> [What to do] Transcribe the stretch of entries below from the line with "#82=CARTESIAN_POINT('',(0.,0.,-10.));" through the line with "#93=FACE_BOUND('',#92,.T.);", exactly and with both ends included; leave out all other lines.

[Stored entries]
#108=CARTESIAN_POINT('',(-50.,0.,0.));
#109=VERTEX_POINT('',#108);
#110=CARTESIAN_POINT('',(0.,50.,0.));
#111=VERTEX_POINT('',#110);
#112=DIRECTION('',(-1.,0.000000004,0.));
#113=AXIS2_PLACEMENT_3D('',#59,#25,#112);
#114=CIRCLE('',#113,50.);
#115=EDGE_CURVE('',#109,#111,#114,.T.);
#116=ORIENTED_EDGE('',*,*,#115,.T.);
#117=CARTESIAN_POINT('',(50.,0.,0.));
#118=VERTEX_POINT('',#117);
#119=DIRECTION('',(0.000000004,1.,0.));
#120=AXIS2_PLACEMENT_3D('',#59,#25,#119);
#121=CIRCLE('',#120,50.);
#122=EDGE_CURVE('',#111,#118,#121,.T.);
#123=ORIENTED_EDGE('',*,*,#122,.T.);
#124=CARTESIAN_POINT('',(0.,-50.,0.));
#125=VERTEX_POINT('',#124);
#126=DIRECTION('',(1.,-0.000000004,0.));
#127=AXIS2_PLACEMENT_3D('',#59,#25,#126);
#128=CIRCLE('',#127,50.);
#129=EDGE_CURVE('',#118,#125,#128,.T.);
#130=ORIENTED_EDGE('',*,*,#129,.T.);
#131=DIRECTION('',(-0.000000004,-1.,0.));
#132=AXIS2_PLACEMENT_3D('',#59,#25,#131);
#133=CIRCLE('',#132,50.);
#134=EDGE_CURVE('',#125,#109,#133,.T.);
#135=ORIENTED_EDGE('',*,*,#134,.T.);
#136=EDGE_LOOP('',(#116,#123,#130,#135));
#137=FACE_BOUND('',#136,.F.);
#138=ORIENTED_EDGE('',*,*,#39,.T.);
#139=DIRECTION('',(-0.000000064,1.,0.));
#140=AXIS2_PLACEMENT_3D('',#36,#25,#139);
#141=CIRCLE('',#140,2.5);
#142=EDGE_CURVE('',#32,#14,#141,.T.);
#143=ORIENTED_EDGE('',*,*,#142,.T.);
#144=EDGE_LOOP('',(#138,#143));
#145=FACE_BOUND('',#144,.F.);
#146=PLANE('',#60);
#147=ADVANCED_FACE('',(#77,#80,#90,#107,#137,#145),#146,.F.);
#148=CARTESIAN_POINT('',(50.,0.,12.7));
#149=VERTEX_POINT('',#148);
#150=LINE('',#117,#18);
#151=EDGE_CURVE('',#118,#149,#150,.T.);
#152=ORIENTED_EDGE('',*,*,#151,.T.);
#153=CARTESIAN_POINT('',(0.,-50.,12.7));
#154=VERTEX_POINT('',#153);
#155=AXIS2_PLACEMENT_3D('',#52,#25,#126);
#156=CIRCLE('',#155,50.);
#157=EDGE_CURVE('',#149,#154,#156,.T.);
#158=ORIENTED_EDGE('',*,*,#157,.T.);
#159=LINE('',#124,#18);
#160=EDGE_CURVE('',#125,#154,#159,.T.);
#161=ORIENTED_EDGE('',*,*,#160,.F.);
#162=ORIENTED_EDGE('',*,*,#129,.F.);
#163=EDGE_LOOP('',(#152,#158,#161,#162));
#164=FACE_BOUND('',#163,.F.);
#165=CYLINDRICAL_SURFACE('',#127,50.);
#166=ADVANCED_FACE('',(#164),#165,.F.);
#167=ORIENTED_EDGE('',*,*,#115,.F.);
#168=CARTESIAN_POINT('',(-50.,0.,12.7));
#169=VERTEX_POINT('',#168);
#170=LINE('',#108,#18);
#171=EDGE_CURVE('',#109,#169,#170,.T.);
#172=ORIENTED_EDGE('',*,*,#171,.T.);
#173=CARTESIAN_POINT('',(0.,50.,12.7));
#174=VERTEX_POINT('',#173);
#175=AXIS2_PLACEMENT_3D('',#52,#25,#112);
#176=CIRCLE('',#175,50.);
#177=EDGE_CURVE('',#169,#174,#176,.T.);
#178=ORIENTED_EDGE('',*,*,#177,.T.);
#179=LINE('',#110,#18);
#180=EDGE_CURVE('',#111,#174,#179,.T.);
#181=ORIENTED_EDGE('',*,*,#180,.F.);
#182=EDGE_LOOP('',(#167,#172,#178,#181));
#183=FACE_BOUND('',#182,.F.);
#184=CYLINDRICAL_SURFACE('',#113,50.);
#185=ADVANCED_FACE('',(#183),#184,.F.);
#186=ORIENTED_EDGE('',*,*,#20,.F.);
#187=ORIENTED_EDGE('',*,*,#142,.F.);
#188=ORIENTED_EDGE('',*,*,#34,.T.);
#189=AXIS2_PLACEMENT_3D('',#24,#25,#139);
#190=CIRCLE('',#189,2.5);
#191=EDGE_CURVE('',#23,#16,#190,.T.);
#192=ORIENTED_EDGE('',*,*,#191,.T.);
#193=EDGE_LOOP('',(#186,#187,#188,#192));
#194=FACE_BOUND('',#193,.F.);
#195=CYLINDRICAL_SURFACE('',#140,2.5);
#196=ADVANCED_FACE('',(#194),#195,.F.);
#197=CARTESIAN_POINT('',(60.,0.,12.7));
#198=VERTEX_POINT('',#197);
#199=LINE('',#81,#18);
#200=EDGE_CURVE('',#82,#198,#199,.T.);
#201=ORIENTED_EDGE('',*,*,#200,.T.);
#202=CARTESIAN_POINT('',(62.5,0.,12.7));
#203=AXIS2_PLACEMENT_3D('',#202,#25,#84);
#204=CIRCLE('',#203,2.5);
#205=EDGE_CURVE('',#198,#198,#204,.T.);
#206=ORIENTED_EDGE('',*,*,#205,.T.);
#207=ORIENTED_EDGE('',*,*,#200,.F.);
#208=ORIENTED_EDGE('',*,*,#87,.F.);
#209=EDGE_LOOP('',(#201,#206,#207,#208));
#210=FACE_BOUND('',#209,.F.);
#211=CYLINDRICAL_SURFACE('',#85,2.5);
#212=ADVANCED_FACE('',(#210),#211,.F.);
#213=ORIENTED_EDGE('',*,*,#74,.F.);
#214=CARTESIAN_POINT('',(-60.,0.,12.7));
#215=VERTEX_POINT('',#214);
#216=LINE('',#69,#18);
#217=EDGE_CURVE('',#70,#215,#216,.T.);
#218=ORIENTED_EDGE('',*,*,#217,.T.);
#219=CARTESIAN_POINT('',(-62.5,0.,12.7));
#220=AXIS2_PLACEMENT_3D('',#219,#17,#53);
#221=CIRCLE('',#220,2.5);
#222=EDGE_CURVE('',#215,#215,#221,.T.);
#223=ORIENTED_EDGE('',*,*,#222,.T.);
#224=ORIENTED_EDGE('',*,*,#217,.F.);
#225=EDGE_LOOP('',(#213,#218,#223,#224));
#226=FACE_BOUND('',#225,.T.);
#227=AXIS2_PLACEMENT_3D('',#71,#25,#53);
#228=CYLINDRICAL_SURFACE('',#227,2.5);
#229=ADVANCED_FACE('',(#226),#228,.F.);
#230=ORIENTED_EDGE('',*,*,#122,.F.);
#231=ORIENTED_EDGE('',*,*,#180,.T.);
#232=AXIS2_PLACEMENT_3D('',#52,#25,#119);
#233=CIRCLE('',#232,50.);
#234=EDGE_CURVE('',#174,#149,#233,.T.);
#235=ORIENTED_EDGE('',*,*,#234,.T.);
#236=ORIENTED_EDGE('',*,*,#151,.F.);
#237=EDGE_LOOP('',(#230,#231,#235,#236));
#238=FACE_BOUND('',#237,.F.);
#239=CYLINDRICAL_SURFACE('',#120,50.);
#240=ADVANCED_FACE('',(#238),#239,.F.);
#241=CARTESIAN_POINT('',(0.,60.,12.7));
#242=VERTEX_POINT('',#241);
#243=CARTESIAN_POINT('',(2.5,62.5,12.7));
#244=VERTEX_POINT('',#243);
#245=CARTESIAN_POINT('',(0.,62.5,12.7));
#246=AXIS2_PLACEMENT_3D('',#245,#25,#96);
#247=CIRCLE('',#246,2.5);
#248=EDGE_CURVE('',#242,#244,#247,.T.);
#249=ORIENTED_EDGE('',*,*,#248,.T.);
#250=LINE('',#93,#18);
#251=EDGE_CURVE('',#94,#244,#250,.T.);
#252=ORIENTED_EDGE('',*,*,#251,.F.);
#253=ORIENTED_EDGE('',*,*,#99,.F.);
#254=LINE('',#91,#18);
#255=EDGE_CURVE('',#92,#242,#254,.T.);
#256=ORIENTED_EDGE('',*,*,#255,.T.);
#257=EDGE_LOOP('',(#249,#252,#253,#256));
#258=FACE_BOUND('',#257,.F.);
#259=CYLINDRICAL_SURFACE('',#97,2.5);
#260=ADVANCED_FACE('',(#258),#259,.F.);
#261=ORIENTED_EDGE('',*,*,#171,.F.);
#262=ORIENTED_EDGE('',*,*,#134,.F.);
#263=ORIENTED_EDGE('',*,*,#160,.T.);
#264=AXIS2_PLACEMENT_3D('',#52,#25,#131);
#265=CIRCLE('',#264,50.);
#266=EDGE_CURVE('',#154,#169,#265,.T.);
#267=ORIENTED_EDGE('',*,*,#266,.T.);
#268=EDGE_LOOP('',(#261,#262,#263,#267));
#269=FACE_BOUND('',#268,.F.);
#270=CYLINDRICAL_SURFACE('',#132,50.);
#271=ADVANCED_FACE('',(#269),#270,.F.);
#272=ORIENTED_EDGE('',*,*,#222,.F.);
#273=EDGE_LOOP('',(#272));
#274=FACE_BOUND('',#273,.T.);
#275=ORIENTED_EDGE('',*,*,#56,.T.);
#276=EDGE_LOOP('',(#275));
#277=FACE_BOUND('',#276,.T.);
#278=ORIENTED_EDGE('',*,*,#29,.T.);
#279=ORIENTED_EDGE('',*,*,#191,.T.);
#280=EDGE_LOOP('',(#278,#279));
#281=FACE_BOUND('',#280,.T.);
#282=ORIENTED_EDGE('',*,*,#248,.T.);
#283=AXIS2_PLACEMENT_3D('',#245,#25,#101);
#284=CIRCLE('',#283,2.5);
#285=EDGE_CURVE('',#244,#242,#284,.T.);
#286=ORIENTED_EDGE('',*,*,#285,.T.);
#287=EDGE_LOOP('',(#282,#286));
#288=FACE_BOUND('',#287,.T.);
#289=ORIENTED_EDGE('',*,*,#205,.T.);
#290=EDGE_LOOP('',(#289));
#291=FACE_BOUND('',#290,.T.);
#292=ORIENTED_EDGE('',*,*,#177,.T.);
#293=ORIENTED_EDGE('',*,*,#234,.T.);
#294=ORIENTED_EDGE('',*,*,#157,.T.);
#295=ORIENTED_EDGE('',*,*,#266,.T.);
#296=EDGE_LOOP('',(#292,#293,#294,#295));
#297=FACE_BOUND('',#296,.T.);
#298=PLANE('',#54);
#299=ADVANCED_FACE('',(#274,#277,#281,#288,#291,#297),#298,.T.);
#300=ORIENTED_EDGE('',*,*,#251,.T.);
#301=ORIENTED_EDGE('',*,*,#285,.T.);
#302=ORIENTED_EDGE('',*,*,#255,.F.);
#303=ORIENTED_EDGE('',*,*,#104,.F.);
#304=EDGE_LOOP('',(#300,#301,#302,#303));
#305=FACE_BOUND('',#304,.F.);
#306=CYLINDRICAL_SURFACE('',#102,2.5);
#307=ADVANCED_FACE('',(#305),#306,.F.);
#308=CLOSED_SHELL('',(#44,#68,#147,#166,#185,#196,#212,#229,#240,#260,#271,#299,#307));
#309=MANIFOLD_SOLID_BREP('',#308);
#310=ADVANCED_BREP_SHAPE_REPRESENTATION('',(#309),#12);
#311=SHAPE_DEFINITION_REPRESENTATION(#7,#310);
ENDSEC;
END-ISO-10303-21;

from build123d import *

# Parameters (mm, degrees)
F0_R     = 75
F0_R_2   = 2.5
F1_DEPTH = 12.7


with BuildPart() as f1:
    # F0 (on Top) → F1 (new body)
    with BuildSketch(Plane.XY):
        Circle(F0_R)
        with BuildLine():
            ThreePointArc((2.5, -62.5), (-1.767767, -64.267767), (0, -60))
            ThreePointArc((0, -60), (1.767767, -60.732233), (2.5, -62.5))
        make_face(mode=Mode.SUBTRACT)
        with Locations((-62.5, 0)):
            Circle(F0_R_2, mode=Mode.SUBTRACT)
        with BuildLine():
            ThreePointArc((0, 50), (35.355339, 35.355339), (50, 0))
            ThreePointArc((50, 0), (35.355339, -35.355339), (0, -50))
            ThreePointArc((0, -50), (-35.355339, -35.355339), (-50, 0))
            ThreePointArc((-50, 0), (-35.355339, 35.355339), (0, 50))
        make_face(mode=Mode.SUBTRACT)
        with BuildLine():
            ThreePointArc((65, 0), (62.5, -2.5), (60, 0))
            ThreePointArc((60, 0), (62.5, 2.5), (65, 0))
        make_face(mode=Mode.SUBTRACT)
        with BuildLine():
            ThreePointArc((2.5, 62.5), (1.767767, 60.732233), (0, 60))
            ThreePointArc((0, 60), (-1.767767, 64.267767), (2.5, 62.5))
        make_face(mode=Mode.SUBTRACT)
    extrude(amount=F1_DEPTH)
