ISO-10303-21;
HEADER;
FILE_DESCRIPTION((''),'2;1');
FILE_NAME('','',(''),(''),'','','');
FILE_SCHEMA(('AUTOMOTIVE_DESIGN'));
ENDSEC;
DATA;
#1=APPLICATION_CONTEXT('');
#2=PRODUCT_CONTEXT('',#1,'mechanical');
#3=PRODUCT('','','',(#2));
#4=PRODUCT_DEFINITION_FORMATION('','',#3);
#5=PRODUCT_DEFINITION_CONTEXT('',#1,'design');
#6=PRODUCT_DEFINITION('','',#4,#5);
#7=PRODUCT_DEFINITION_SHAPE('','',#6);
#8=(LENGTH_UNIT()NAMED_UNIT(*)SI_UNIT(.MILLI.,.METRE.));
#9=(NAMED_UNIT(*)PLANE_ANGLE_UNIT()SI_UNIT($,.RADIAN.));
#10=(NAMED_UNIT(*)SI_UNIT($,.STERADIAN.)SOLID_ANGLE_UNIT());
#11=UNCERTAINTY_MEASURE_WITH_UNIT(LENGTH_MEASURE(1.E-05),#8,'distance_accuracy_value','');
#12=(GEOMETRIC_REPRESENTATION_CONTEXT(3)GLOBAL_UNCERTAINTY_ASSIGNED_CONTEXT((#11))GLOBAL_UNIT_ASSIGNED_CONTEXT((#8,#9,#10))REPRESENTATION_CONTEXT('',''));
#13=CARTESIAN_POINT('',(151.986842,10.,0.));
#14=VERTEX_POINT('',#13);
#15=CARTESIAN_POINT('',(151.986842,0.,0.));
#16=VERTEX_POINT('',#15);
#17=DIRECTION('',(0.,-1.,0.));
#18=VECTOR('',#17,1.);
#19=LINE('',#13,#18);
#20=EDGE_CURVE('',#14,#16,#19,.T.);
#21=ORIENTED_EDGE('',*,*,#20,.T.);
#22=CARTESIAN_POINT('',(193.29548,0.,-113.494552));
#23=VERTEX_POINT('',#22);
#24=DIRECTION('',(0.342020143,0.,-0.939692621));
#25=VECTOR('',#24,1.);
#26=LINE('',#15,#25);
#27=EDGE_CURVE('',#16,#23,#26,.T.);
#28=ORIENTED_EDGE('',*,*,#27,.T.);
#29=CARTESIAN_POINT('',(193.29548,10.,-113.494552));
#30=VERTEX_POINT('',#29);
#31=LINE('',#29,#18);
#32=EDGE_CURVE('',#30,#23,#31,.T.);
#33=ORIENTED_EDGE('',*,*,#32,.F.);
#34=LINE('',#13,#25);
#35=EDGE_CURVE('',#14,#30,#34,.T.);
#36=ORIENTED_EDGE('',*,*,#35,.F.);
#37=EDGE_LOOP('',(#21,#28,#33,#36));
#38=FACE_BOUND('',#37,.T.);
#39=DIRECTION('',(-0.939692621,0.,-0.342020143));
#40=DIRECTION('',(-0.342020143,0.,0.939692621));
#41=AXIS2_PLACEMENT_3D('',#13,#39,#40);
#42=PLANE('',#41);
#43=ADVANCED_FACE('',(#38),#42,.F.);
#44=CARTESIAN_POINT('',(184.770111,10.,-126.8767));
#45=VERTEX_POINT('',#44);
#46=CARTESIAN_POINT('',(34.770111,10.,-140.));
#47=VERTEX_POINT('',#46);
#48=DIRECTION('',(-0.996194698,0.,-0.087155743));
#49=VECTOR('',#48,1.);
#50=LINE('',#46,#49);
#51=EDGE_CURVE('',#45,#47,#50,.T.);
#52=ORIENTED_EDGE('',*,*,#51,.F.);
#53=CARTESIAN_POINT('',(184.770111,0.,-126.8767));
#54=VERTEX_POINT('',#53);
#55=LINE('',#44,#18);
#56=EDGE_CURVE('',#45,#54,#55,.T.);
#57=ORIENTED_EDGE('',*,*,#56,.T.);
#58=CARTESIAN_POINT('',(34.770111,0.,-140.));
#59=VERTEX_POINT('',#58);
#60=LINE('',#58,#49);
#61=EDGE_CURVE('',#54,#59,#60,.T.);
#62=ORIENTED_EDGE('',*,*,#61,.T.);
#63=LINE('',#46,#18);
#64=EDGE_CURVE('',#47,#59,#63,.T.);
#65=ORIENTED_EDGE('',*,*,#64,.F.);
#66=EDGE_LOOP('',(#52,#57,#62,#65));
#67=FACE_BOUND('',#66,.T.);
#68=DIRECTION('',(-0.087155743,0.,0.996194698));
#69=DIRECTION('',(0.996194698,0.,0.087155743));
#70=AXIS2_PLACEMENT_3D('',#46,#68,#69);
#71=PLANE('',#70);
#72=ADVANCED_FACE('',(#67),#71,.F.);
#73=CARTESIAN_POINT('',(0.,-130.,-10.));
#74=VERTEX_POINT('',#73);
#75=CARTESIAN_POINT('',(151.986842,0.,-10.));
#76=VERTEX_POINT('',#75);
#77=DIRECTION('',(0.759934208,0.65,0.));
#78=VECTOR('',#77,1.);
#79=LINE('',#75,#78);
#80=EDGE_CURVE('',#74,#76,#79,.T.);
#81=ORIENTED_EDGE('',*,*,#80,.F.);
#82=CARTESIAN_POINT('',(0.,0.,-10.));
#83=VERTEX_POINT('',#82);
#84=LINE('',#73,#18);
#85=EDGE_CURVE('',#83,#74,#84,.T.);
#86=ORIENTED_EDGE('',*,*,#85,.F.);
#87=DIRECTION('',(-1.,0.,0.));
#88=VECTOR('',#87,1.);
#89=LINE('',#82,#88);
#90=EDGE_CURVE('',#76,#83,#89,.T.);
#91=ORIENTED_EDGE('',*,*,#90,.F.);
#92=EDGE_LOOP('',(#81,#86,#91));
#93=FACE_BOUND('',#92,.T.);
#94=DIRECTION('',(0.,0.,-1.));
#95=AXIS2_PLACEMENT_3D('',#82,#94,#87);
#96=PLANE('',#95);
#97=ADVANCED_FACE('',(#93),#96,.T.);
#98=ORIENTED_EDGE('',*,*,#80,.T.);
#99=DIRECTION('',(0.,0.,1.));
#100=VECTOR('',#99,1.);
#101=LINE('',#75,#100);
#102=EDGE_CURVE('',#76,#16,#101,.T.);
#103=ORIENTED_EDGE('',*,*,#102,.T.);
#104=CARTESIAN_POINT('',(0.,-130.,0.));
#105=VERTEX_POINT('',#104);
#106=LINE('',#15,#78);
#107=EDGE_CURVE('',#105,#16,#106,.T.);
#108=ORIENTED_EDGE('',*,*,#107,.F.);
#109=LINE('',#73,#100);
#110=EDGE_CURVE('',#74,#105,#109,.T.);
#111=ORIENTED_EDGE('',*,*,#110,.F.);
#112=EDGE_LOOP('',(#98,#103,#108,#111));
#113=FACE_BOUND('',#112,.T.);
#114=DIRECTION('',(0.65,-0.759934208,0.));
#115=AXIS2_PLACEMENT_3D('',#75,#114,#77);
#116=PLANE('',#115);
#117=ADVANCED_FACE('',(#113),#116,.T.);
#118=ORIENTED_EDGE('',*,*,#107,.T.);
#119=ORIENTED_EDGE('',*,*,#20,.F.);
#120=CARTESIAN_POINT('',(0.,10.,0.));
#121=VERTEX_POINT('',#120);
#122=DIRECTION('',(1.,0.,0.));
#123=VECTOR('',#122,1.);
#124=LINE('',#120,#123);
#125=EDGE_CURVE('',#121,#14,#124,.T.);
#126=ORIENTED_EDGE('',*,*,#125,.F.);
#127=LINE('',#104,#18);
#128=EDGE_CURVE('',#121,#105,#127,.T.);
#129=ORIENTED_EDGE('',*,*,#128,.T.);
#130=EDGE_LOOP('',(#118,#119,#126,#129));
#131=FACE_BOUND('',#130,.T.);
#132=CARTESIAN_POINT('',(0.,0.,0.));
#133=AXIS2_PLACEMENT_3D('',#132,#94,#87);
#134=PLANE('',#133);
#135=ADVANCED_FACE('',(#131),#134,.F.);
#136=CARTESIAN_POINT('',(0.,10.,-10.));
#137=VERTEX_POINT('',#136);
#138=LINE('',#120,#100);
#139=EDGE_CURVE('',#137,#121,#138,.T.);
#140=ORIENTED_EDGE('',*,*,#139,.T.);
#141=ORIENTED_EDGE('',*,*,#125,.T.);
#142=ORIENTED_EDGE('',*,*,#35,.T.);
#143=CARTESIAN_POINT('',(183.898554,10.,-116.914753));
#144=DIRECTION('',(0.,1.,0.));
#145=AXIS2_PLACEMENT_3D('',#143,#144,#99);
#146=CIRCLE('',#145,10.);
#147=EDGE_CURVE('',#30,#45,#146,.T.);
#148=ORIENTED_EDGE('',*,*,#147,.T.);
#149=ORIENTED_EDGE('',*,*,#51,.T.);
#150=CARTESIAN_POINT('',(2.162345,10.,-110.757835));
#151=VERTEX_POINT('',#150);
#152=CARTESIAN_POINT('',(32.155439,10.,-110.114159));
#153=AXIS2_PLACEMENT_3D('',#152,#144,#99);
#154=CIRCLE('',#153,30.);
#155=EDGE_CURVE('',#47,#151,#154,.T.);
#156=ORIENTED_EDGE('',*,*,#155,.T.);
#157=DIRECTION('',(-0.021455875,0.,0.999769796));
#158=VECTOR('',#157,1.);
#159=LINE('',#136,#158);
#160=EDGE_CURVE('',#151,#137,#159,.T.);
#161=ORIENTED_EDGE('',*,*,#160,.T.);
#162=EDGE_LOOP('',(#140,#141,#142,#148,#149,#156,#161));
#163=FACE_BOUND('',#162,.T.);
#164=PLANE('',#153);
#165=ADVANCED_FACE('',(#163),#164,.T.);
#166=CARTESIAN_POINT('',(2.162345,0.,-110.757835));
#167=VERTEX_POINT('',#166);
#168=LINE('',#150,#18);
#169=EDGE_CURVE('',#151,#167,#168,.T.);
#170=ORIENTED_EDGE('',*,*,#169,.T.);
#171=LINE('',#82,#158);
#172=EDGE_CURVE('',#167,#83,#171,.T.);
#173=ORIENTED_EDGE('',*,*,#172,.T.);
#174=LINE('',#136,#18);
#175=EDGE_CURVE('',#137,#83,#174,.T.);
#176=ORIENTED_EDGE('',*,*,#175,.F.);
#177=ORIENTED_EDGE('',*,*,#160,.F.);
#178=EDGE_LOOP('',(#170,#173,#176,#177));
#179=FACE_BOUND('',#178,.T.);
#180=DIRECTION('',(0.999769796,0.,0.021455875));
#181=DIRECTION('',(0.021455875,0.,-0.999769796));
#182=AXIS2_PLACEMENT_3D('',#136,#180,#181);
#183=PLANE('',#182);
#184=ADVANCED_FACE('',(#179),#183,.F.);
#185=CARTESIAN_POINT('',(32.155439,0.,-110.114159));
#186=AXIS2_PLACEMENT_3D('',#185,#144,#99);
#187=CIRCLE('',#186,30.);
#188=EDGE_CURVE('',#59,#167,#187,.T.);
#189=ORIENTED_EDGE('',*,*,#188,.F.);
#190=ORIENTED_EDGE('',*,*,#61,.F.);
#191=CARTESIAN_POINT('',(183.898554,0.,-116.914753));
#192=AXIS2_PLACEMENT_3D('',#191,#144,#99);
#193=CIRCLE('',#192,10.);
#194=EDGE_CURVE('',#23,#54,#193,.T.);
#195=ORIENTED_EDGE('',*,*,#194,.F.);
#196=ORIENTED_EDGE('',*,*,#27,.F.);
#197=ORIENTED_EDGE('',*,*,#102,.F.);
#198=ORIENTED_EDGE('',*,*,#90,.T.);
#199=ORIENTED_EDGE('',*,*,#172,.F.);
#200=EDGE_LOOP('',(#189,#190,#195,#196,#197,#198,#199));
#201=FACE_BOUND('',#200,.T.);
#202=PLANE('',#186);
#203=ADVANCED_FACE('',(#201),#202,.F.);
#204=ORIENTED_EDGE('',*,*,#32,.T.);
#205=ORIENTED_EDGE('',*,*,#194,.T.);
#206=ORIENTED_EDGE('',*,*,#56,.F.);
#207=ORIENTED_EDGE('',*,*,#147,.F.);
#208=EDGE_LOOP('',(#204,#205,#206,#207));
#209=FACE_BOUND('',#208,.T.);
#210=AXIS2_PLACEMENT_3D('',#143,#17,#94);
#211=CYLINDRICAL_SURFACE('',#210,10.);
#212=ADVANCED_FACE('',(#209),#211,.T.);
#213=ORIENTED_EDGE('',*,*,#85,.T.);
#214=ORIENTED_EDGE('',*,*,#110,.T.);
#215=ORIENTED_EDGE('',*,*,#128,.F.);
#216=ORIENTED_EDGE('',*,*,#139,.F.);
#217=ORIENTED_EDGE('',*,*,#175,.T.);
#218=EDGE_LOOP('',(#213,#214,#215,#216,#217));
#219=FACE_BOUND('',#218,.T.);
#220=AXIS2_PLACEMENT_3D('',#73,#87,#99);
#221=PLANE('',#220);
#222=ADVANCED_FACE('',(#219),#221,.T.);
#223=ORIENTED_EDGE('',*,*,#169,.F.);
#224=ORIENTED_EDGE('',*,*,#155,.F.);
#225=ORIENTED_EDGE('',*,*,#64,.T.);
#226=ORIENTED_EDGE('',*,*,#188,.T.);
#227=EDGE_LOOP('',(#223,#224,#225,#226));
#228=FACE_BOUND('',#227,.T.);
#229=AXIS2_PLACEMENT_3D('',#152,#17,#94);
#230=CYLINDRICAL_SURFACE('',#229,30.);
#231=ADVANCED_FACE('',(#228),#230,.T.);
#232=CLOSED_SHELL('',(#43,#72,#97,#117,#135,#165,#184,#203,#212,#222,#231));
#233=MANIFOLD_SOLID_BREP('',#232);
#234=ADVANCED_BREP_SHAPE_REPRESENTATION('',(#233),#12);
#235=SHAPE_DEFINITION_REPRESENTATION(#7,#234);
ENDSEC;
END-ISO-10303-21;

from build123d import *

# Parameters (mm, degrees)
BOSS_EXTRUDE3_DEPTH = 10
BOSS_EXTRUDE4_DEPTH = 10


with BuildPart() as part:
    # Sketch3 → Boss-Extrude3 (new body)
    with BuildSketch(Plane.XY):
        Polygon((0, 0), (151.986841536, 0), (0, -130), align=None)
    extrude(amount=-BOSS_EXTRUDE3_DEPTH)

    # Sketch5 → Boss-Extrude4 (add)
    with BuildSketch(Plane(origin=(0, 0, 0), x_dir=(1, 0, 0), z_dir=(0, 1, 0))):
        with BuildLine():
            Line((0, 0), (151.986841536, 0))
            Line((151.986841536, 0), (193.295480236, 113.494552057))
            ThreePointArc((193.295480236, 113.494552057), (192.332468486, 122.287749574), (184.770111455, 126.876700471))
            Line((184.770111455, 126.876700471), (34.770111455, 140))
            ThreePointArc((34.770111455, 140), (12.126197015, 132.448649393), (2.162345286, 110.757835303))
            Line((2.162345286, 110.757835303), (0, 10))
            Line((0, 10), (0, 0))
        make_face()
    extrude(amount=BOSS_EXTRUDE4_DEPTH)


solid = part.part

> [Written solution]
#82=CARTESIAN_POINT('',(0.,0.,-10.));
#83=VERTEX_POINT('',#82);
#84=LINE('',#73,#18);
#85=EDGE_CURVE('',#83,#74,#84,.T.);
#86=ORIENTED_EDGE('',*,*,#85,.F.);
#87=DIRECTION('',(-1.,0.,0.));
#88=VECTOR('',#87,1.);
#89=LINE('',#82,#88);
#90=EDGE_CURVE('',#76,#83,#89,.T.);
#91=ORIENTED_EDGE('',*,*,#90,.F.);
#92=EDGE_LOOP('',(#81,#86,#91));
#93=FACE_BOUND('',#92,.T.);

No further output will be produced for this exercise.